Give again the entries below exactly, beginning at the first line and ending at the line with "f 374 271 279".

════════════════════

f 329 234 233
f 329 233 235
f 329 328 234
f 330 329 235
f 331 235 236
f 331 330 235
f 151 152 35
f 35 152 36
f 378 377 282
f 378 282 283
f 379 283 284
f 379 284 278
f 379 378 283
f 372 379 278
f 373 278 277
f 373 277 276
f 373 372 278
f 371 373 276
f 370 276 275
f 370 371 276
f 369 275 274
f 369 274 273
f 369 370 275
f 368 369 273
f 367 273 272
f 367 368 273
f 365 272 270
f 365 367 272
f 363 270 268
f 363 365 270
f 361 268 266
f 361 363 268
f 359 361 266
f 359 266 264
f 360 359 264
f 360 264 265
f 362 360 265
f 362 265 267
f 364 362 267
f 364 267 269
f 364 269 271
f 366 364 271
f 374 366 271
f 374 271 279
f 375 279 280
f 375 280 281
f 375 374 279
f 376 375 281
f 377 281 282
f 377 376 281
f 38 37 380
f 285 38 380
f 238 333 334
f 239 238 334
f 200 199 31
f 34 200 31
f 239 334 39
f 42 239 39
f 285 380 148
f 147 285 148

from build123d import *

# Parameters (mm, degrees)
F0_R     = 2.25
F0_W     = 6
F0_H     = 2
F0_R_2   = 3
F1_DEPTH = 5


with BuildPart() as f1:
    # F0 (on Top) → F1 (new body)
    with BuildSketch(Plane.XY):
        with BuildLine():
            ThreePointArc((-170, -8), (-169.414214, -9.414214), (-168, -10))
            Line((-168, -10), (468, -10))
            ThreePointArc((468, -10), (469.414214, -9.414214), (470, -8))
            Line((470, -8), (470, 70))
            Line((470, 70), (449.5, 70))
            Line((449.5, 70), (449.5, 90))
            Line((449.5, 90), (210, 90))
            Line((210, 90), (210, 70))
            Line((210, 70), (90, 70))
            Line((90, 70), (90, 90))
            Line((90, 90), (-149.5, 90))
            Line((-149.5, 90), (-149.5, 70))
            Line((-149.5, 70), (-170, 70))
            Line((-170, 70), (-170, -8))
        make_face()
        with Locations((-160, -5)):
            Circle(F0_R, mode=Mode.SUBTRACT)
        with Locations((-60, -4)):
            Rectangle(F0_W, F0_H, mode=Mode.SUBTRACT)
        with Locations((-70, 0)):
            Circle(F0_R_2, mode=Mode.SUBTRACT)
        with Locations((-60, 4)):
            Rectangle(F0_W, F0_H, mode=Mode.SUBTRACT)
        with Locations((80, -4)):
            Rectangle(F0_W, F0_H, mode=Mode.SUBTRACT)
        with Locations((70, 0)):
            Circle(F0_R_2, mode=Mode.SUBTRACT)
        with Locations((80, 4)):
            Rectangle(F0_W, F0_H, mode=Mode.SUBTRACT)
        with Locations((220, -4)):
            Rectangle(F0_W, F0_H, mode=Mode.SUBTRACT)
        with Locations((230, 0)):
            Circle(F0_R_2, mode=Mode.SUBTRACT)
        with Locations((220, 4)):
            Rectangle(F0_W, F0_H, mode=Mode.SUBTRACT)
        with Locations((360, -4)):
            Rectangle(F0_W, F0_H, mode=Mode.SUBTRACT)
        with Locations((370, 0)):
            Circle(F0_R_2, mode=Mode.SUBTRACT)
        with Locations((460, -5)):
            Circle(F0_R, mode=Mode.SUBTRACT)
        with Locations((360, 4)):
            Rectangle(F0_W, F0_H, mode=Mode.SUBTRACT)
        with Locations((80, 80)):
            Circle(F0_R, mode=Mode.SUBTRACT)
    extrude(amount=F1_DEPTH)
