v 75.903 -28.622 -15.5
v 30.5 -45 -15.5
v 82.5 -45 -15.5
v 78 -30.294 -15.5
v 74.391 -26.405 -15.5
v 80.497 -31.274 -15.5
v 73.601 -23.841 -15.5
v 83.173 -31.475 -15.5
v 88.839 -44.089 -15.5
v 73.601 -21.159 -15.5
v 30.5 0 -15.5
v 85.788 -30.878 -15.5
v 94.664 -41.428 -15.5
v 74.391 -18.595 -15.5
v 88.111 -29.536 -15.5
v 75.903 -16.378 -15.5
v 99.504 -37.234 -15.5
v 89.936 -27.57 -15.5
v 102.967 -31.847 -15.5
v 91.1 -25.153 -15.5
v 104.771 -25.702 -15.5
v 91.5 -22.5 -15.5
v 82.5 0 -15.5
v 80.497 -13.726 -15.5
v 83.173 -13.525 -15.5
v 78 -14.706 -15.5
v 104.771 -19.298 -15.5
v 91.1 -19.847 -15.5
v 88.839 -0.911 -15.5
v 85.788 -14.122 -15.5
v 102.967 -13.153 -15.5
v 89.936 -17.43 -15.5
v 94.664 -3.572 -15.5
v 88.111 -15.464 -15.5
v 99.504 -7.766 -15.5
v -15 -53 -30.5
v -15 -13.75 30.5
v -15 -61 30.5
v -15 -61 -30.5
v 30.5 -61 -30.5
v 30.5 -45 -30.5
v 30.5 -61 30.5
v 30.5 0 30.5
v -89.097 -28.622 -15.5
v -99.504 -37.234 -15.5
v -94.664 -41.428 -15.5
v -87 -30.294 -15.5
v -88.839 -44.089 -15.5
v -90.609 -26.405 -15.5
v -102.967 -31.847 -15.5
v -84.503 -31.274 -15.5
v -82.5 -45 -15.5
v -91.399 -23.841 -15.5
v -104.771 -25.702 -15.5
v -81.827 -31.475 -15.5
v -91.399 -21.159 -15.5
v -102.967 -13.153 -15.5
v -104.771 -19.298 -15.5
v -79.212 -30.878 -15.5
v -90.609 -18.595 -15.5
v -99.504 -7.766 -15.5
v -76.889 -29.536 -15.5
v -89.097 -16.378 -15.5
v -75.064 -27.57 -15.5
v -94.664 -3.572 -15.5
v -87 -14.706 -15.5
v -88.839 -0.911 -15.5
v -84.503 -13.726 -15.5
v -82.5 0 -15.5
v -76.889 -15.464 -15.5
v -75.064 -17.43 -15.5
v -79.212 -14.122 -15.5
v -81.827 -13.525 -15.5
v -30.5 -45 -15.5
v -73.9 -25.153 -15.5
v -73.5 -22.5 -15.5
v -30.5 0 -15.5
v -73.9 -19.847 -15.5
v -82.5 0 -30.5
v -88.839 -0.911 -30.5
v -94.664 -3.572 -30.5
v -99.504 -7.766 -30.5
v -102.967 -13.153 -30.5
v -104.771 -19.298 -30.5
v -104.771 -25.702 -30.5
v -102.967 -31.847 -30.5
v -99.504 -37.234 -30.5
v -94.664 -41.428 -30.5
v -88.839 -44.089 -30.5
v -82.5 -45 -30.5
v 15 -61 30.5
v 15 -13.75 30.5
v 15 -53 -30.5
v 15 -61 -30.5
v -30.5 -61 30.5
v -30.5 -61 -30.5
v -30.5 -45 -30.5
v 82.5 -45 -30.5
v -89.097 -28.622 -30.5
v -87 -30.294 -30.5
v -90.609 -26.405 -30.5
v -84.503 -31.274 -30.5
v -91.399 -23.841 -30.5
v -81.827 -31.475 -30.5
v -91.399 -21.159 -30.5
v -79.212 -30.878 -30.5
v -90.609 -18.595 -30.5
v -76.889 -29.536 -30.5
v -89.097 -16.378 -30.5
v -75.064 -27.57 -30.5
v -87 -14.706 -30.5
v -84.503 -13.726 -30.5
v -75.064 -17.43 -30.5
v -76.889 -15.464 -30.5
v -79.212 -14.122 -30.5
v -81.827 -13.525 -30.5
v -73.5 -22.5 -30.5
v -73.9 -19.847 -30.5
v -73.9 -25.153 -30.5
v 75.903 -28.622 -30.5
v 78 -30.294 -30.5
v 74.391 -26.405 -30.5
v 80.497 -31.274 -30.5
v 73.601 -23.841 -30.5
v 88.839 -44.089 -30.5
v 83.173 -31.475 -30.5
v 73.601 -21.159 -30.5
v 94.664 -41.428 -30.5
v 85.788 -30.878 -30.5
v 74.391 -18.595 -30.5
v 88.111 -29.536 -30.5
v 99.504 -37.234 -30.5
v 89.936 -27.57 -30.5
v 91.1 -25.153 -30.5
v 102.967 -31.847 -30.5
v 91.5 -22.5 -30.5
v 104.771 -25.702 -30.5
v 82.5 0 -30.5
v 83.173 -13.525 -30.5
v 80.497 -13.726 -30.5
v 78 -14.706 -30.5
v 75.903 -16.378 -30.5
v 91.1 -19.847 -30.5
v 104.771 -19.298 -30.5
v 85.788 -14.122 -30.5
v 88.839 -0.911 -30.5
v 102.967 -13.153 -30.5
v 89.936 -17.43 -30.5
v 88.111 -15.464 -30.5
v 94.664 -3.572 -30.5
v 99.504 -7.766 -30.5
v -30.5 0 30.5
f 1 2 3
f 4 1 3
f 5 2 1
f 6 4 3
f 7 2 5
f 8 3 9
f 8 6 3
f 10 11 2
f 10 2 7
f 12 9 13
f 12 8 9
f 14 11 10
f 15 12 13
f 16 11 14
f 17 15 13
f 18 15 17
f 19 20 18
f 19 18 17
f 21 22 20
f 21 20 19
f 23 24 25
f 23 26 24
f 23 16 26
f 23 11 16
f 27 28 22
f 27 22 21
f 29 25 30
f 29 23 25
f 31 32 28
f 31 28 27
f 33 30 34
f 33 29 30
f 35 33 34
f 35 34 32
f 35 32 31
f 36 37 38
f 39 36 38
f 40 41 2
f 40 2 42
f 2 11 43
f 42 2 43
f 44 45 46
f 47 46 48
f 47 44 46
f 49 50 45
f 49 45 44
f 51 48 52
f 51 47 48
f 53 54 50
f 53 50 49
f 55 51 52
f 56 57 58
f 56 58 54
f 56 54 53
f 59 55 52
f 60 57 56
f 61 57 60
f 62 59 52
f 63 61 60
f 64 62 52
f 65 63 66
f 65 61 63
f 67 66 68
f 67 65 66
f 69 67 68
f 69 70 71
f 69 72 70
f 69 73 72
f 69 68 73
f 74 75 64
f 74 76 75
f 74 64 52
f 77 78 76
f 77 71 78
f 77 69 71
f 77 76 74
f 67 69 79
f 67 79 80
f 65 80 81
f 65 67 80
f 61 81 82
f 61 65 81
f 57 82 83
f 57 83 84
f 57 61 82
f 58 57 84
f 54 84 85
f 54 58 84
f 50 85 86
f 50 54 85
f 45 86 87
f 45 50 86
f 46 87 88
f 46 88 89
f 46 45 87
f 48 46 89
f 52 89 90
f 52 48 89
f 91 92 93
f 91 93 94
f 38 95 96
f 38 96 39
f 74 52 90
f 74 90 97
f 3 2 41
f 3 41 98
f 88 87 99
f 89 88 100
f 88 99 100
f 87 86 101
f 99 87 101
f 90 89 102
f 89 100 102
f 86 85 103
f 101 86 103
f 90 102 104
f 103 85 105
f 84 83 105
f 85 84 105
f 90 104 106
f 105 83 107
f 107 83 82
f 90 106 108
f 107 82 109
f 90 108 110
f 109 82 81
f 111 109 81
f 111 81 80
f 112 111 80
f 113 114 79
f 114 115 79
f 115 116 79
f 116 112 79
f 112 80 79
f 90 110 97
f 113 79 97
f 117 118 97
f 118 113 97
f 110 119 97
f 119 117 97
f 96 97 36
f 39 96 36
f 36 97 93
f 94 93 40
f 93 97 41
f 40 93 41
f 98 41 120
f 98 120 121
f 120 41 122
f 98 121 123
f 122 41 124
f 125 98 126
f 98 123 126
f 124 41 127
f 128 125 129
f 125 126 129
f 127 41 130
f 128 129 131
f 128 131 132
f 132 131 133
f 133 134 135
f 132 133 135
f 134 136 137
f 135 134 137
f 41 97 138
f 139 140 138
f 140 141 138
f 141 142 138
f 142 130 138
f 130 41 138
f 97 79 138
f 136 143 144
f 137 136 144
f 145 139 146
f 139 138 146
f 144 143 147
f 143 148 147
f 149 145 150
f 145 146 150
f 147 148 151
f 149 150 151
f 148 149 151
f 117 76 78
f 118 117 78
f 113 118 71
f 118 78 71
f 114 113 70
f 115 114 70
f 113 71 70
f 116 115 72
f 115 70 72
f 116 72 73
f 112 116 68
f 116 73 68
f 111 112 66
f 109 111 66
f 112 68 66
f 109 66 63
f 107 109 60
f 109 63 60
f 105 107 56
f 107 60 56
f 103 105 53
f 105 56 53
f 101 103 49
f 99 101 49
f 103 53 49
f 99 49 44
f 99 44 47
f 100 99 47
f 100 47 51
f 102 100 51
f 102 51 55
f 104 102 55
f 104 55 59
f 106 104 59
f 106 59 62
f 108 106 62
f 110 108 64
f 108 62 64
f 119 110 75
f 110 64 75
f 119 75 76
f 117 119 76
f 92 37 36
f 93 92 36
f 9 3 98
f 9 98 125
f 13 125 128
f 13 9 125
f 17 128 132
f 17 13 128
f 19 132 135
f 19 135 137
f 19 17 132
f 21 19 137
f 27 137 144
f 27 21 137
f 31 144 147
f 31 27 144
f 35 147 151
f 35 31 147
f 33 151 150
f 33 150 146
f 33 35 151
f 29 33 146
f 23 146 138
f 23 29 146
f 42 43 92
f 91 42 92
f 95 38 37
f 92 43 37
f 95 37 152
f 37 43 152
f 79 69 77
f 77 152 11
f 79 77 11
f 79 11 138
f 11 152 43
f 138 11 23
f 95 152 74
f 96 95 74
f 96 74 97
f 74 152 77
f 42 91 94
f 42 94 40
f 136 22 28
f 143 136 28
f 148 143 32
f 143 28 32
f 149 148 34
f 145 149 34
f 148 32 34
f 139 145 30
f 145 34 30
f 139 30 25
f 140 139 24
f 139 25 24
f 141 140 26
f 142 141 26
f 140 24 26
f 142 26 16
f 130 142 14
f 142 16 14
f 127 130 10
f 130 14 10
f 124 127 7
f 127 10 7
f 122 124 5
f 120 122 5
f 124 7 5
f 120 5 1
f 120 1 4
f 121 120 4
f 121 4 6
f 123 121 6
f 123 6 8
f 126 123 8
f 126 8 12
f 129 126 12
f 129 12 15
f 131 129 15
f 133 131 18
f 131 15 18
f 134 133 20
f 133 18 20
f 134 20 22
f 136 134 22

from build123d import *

# Parameters (mm, degrees)
F0_W      = 52
F0_H      = 15
F1_DEPTH  = 45
F2_DEPTH  = 61
F4_DEPTH  = 15
F6_R      = 9
F5_R      = 9
F7_DEPTH  = 15
F10_DEPTH = 30


with BuildPart() as f1:
    # F0 (on Front) → F1 (new body)
    with BuildSketch(Plane.XZ):
        with Locations((-56.5, -23)):
            Rectangle(F0_W, F0_H)
    extrude(amount=F1_DEPTH)



with BuildPart() as f1b:
    # F0 (on Front) → F1, piece 2 (new body)
    with BuildSketch(Plane.XZ):
        with Locations((56.5, -23)):
            Rectangle(F0_W, F0_H)
    extrude(amount=F1_DEPTH)


with BuildPart() as f1_1:
    add(f1.part)

    add(f1b.part)  # F2 merges F1b
    # F0 (on Front) → F2 (join)
    with BuildSketch(Plane.XZ):
        Polygon((30.5, 30.5), (-30.5, 30.5), (-30.5, -15.5), (-30.5, -30.5), (30.5, -30.5), (30.5, -15.5), align=None)
    extrude(amount=F2_DEPTH)

    # F3 (on face) → F4 (join)
    with BuildSketch(Plane.XY.offset(-15.5)):
        with BuildLine():
            Line((-82.5, -45), (-82.5, 0))
            ThreePointArc((-82.5, 0), (-105, -22.5), (-82.5, -45))
        make_face()
        with BuildLine():
            Line((82.5, 0), (82.5, -45))
            ThreePointArc((82.5, -45), (105, -22.5), (82.5, 0))
        make_face()
    extrude(amount=-F4_DEPTH)

    # F6 (on face) + F5 (on face) → F7 (cut)
    with BuildSketch(Plane.XY.offset(-15.5)):
        with Locations((82.5, -22.5)):
            Circle(F6_R)
    with BuildSketch(Plane.XY.offset(-15.5)):
        with Locations((-82.5, -22.5)):
            Circle(F5_R)
    extrude(amount=-F7_DEPTH, mode=Mode.SUBTRACT)

    # F9 (on offset) → F10 (cut)
    with BuildSketch(Plane(origin=(-15, 0, 0), x_dir=(0, -1, 0), z_dir=(-1, 0, 0))):
        Polygon((61, 30.5), (13.75, 30.5), (53, -30.5), (61, -30.5), align=None)
    extrude(amount=-F10_DEPTH, mode=Mode.SUBTRACT)


solid = f1_1.part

════════════════════

Exercise output
f 329 234 233
f 329 233 235
f 329 328 234
f 330 329 235
f 331 235 236
f 331 330 235
f 151 152 35
f 35 152 36
f 378 377 282
f 378 282 283
f 379 283 284
f 379 284 278
f 379 378 283
f 372 379 278
f 373 278 277
f 373 277 276
f 373 372 278
f 371 373 276
f 370 276 275
f 370 371 276
f 369 275 274
f 369 274 273
f 369 370 275
f 368 369 273
f 367 273 272
f 367 368 273
f 365 272 270
f 365 367 272
f 363 270 268
f 363 365 270
f 361 268 266
f 361 363 268
f 359 361 266
f 359 266 264
f 360 359 264
f 360 264 265
f 362 360 265
f 362 265 267
f 364 362 267
f 364 267 269
f 364 269 271
f 366 364 271
f 374 366 271
f 374 271 279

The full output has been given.